Study: Drug war, military action target environmental activists
MANILA, Philippines – It appears that the administration’s war against illegal drugs is one weapon being used against environmental activists, according to “Defending the Philippines,” a report on a study initiated by Global Witness and Kalikasan People’s Network for the Environment (Kalikasan PNE).
The report, which was released on Tuesday, said the government’s bloody operations — a campaign promise of President Rodrigo Duterte to rid society of illegal drugs — had emboldened state forces to use violence against perceived enemies.
“It’s not only Duterte’s failure to implement his campaign promises that has left communities and defenders at ever greater risk,” the report said. “The President’s brutal ‘war on drugs’ has fostered a culture of impunity and fear, emboldening the politically and economically powerful to use violence and hitmen against those they see as an obstacle or a threat.”
“These [victims] are not only pushers and addicts, or even the urban poor or political opposition.

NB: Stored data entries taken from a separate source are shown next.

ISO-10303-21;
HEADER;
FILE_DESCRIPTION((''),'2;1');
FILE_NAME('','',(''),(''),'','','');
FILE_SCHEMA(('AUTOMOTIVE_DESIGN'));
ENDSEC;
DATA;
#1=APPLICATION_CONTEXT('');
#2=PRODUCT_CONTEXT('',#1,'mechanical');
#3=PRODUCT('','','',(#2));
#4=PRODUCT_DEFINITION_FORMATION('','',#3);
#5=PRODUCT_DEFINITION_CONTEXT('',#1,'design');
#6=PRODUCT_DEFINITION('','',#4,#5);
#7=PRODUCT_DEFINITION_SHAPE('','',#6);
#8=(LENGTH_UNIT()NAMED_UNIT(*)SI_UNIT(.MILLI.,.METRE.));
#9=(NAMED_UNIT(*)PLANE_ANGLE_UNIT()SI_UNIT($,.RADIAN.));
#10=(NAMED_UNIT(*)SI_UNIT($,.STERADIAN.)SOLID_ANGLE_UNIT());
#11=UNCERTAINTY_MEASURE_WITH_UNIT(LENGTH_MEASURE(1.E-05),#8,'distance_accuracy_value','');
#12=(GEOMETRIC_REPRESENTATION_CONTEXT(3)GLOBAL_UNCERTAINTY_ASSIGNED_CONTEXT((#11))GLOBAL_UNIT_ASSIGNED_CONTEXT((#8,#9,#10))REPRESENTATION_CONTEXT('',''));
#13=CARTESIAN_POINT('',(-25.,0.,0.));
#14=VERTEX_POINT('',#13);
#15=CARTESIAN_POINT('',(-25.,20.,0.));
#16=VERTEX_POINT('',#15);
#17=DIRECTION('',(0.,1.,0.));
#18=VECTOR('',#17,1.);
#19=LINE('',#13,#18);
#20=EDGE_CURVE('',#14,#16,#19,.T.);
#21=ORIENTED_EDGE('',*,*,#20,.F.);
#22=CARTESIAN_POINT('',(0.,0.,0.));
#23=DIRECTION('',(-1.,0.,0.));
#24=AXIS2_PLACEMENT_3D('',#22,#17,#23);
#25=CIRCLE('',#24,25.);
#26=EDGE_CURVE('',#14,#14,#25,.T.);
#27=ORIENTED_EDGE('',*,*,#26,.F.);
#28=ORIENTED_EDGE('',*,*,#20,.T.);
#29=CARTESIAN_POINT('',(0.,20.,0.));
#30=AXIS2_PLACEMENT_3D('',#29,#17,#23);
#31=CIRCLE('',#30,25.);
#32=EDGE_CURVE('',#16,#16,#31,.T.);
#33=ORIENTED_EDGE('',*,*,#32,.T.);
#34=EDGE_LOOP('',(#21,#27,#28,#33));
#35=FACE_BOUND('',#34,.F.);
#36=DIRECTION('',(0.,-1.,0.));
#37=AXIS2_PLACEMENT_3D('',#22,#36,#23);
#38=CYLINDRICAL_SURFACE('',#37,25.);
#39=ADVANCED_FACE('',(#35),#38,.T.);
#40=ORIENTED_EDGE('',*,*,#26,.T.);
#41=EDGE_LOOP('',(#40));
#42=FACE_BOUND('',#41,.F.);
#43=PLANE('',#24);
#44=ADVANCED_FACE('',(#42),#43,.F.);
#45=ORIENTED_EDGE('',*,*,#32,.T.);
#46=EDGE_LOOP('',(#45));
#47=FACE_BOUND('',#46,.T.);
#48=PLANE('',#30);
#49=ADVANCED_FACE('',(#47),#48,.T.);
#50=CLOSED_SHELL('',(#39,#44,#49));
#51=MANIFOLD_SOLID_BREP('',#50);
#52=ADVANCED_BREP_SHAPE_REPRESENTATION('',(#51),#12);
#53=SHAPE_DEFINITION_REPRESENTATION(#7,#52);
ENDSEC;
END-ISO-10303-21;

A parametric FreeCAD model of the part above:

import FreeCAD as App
import Part
import Sketcher
from FreeCAD import Vector

doc = App.newDocument("Part")
body = doc.addObject("PartDesign::Body", "Body")

sketch1 = doc.addObject("Sketcher::SketchObject", "Sketch")
body.addObject(sketch1)
sketch1.AttachmentSupport = (doc.XZ_Plane, [""])
sketch1.MapMode = "FlatFace"
sketch1.addGeometry(Part.Circle(Vector(0, 0, 0), Vector(0, 0, 1), 25), False)
sketch1.addConstraint([
    Sketcher.Constraint("Coincident", 0, 3, -1, 1),
    Sketcher.Constraint("Diameter", 0, 50.0),
])
pad1 = doc.addObject("PartDesign::Pad", "Pad")
body.addObject(pad1)
pad1.Profile = sketch1
pad1.Length = 20
pad1.Reversed = True

doc.recompute()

These deaths include people calling out corruption or refusing to allow elites to profit at the expense of their community rights,” the report added.

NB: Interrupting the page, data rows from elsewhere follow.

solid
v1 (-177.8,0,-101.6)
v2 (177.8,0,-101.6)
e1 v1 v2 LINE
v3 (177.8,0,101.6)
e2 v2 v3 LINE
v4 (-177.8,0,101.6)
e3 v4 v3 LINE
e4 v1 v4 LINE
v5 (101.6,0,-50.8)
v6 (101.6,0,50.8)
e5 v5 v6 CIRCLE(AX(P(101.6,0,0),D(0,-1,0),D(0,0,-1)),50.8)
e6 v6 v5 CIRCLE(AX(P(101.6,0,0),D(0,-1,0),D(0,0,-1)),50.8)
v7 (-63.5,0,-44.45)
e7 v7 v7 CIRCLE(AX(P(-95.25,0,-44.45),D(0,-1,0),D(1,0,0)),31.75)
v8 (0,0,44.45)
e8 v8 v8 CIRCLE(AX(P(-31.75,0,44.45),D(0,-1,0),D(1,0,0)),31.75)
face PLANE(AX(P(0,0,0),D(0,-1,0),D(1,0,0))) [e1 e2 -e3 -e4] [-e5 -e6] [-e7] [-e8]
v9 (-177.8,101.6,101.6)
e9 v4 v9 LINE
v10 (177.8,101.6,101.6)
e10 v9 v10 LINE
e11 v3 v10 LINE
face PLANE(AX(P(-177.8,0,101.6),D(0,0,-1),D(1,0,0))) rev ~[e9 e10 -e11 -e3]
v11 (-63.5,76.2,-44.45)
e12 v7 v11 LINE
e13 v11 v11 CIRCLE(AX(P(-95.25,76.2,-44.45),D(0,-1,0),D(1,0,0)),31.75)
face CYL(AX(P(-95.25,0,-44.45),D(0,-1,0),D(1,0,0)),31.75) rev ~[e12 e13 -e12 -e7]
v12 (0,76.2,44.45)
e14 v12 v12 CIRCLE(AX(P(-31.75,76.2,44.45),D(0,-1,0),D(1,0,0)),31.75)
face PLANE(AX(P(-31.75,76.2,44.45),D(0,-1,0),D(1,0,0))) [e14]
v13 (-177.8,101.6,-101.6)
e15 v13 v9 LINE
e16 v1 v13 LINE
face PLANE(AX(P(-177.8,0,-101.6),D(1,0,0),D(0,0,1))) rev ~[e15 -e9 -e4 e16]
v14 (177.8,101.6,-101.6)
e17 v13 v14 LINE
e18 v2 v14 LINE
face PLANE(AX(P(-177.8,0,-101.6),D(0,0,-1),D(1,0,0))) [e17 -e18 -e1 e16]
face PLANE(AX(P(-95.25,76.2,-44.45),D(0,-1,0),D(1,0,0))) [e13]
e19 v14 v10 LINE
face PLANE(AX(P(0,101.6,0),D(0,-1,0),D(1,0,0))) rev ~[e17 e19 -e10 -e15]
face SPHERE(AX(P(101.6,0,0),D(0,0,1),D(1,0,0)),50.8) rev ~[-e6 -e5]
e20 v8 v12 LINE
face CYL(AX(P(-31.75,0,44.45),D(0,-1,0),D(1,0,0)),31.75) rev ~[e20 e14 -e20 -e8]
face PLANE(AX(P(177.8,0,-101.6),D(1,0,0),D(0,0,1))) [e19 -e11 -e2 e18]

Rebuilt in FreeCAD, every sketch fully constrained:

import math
import FreeCAD as App
import Part
import Sketcher

V = App.Vector
Q = App.Units.Quantity


def add_polygon(sketch, points):
    """Adds a closed chain of lines whose ends are joined by coincident constraints."""
    first, n = sketch.GeometryCount, len(points)
    for a, b in zip(points, points[1:] + points[:1]):
        sketch.addGeometry(Part.LineSegment(App.Vector(*a, 0), App.Vector(*b, 0)), False)
    for i in range(n):
        sketch.addConstraint(Sketcher.Constraint("Coincident", first + i, 2, first + (i + 1) % n, 1))

doc = App.newDocument("Part")
params = doc.addObject("Spreadsheet::Sheet", "Params")
for row, (alias, value) in enumerate([
    ("sketch1_width", "14 in"),
    ("sketch1_height", "8 in"),
    ("pad1_length", "4 in"),
    ("sketch2_radius", "2 in"),
    ("groove_angle", "360 deg"),
    ("sketch3_diameter", "2.5 in"),
    ("pocket1_length", "3 in"),
], start=1):
    params.set(f"A{row}", alias)
    params.set(f"B{row}", "=" + value)
    params.setAlias(f"B{row}", alias)

body = doc.addObject("PartDesign::Body", "Body")

# Sketch on XZ plane
sketch1 = body.newObject("Sketcher::SketchObject", "Sketch")
sketch1.AttachmentSupport = (doc.getObject("XZ_Plane"), [""])
sketch1.MapMode = "FlatFace"
add_polygon(sketch1, [(-178, 102), (-178, -102), (178, -102), (178, 102)])  # lines 0-3
sketch1.addConstraint(Sketcher.Constraint("Vertical", 0))
sketch1.addConstraint(Sketcher.Constraint("Horizontal", 1))
sketch1.addConstraint(Sketcher.Constraint("Vertical", 2))
sketch1.addConstraint(Sketcher.Constraint("Horizontal", 3))
sketch1.addConstraint(Sketcher.Constraint("Symmetric", 0, 2, 2, 2, -1, 1))
sketch1.addConstraint(Sketcher.Constraint("DistanceX", 1, 1, 1, 2, Q("14 in")))
sketch1.addConstraint(Sketcher.Constraint("DistanceY", 0, 2, 0, 1, Q("8 in")))
sketch1.setExpression("Constraints[9]", "Params.sketch1_width")
sketch1.setExpression("Constraints[10]", "Params.sketch1_height")
pad1 = body.newObject("PartDesign::Pad", "Pad")
pad1.Profile = sketch1
pad1.setExpression("Length", "Params.pad1_length")
pad1.Reversed = True

# Sketch on XZ plane
sketch2 = body.newObject("Sketcher::SketchObject", "Sketch001")
sketch2.AttachmentSupport = (doc.getObject("XZ_Plane"), [""])
sketch2.MapMode = "FlatFace"
sketch2.addGeometry(Part.ArcOfCircle(Part.Circle(V(102, 0, 0), V(0, 0, 1), 51), math.radians(-90), math.radians(90)), False)
sketch2.addGeometry(Part.LineSegment(V(102, 51, 0), V(102, -51, 0)), False)
sketch2.addGeometry(Part.LineSegment(V(102, -51, 0), V(102, 51, 0)), True)  # axis
sketch2.addConstraint(Sketcher.Constraint("Coincident", 0, 1, 1, 2))
sketch2.addConstraint(Sketcher.Constraint("Coincident", 1, 1, 0, 2))
sketch2.addConstraint(Sketcher.Constraint("Vertical", 1))
sketch2.addConstraint(Sketcher.Constraint("Vertical", 2))
sketch2.addConstraint(Sketcher.Constraint("Coincident", 2, 1, 0, 1))
sketch2.addConstraint(Sketcher.Constraint("PointOnObject", 0, 3, -1))
sketch2.addConstraint(Sketcher.Constraint("Equal", 1, 2))
sketch2.addConstraint(Sketcher.Constraint("Radius", 0, Q("2 in")))
sketch2.addConstraint(Sketcher.Constraint("DistanceX", -1, 1, 0, 3, Q("4 in")))
sketch2.addConstraint(Sketcher.Constraint("DistanceX", -1, 1, 0, 1, Q("4 in")))
sketch2.setExpression("Constraints[7]", "Params.sketch2_radius")
groove = body.newObject("PartDesign::Groove", "Groove")
groove.Profile = sketch2
groove.ReferenceAxis = (sketch2, ["Axis0"])
groove.setExpression("Angle", "Params.groove_angle")

# Sketch on XZ plane
sketch3 = body.newObject("Sketcher::SketchObject", "Sketch002")
sketch3.AttachmentSupport = (doc.getObject("XZ_Plane"), [""])
sketch3.MapMode = "FlatFace"
sketch3.addGeometry(Part.Circle(V(-32, 44, 0), V(0, 0, 1), 32), False)
sketch3.addGeometry(Part.Circle(V(-95, -44, 0), V(0, 0, 1), 32), False)
sketch3.addConstraint(Sketcher.Constraint("Equal", 0, 1))
sketch3.addConstraint(Sketcher.Constraint("Diameter", 0, Q("2.5 in")))
sketch3.addConstraint(Sketcher.Constraint("DistanceX", 1, 3, 0, 3, Q("2.5 in")))
sketch3.addConstraint(Sketcher.Constraint("DistanceY", 1, 3, 0, 3, Q("3.5 in")))
sketch3.addConstraint(Sketcher.Constraint("DistanceX", 0, 3, -1, 1, Q("1.25 in")))
sketch3.addConstraint(Sketcher.Constraint("DistanceY", -1, 1, 0, 3, Q("1.75 in")))
sketch3.setExpression("Constraints[1]", "Params.sketch3_diameter")
pocket1 = body.newObject("PartDesign::Pocket", "Pocket")
pocket1.Profile = sketch3
pocket1.setExpression("Length", "Params.pocket1_length")

doc.recompute()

The report was released days after Global Witness said that the Philippines remained as the most dangerous country for land and environmental activists, with 113 defenders dead since the President assumed office.
According to a Philippine Daily Inquirer report in December 2016, some of the activists killed — suspected to be members of communist rebel groups — were targeted using the campaign against illegal drugs as a pretest for the killings.
The list includes Joselito “Anoy” Pasaporte, 32 who was killed in Compostela Valley, and 18 other activists from various Lumad tribes in Mindanao who were allegedly slain police, military, and paramilitary forces.
Speaking of the military, the groups also accused the President of encouraging various elements of the Armed Forces of the Philippines to prioritize the protection of business interests over the people’s welfare.
“Duterte’s government has not only continued to allow the army to protect private interests but, in implementing martial law, has emboldened them to use force to silence environmental and indigenous activism,” the groups insisted.
The President has maintained close ties with the police and military, drawing the ire of critics who claim that he is forming military junta in his Cabinet.
The President, however, has made it clear that military officials can instill discipline among their ranks, and can help in implementing his anti-corruption agenda.
According to leftist groups, this relationship has paved the way for a culture of impunity, with several unresolved cases targeting farmers — especially in Negros Oriental, where scores of activists have been killed, including an incident in Sagay where nine farmers enduring “tiempo muerto,” or dead season for sugarcane farming, were shot dead.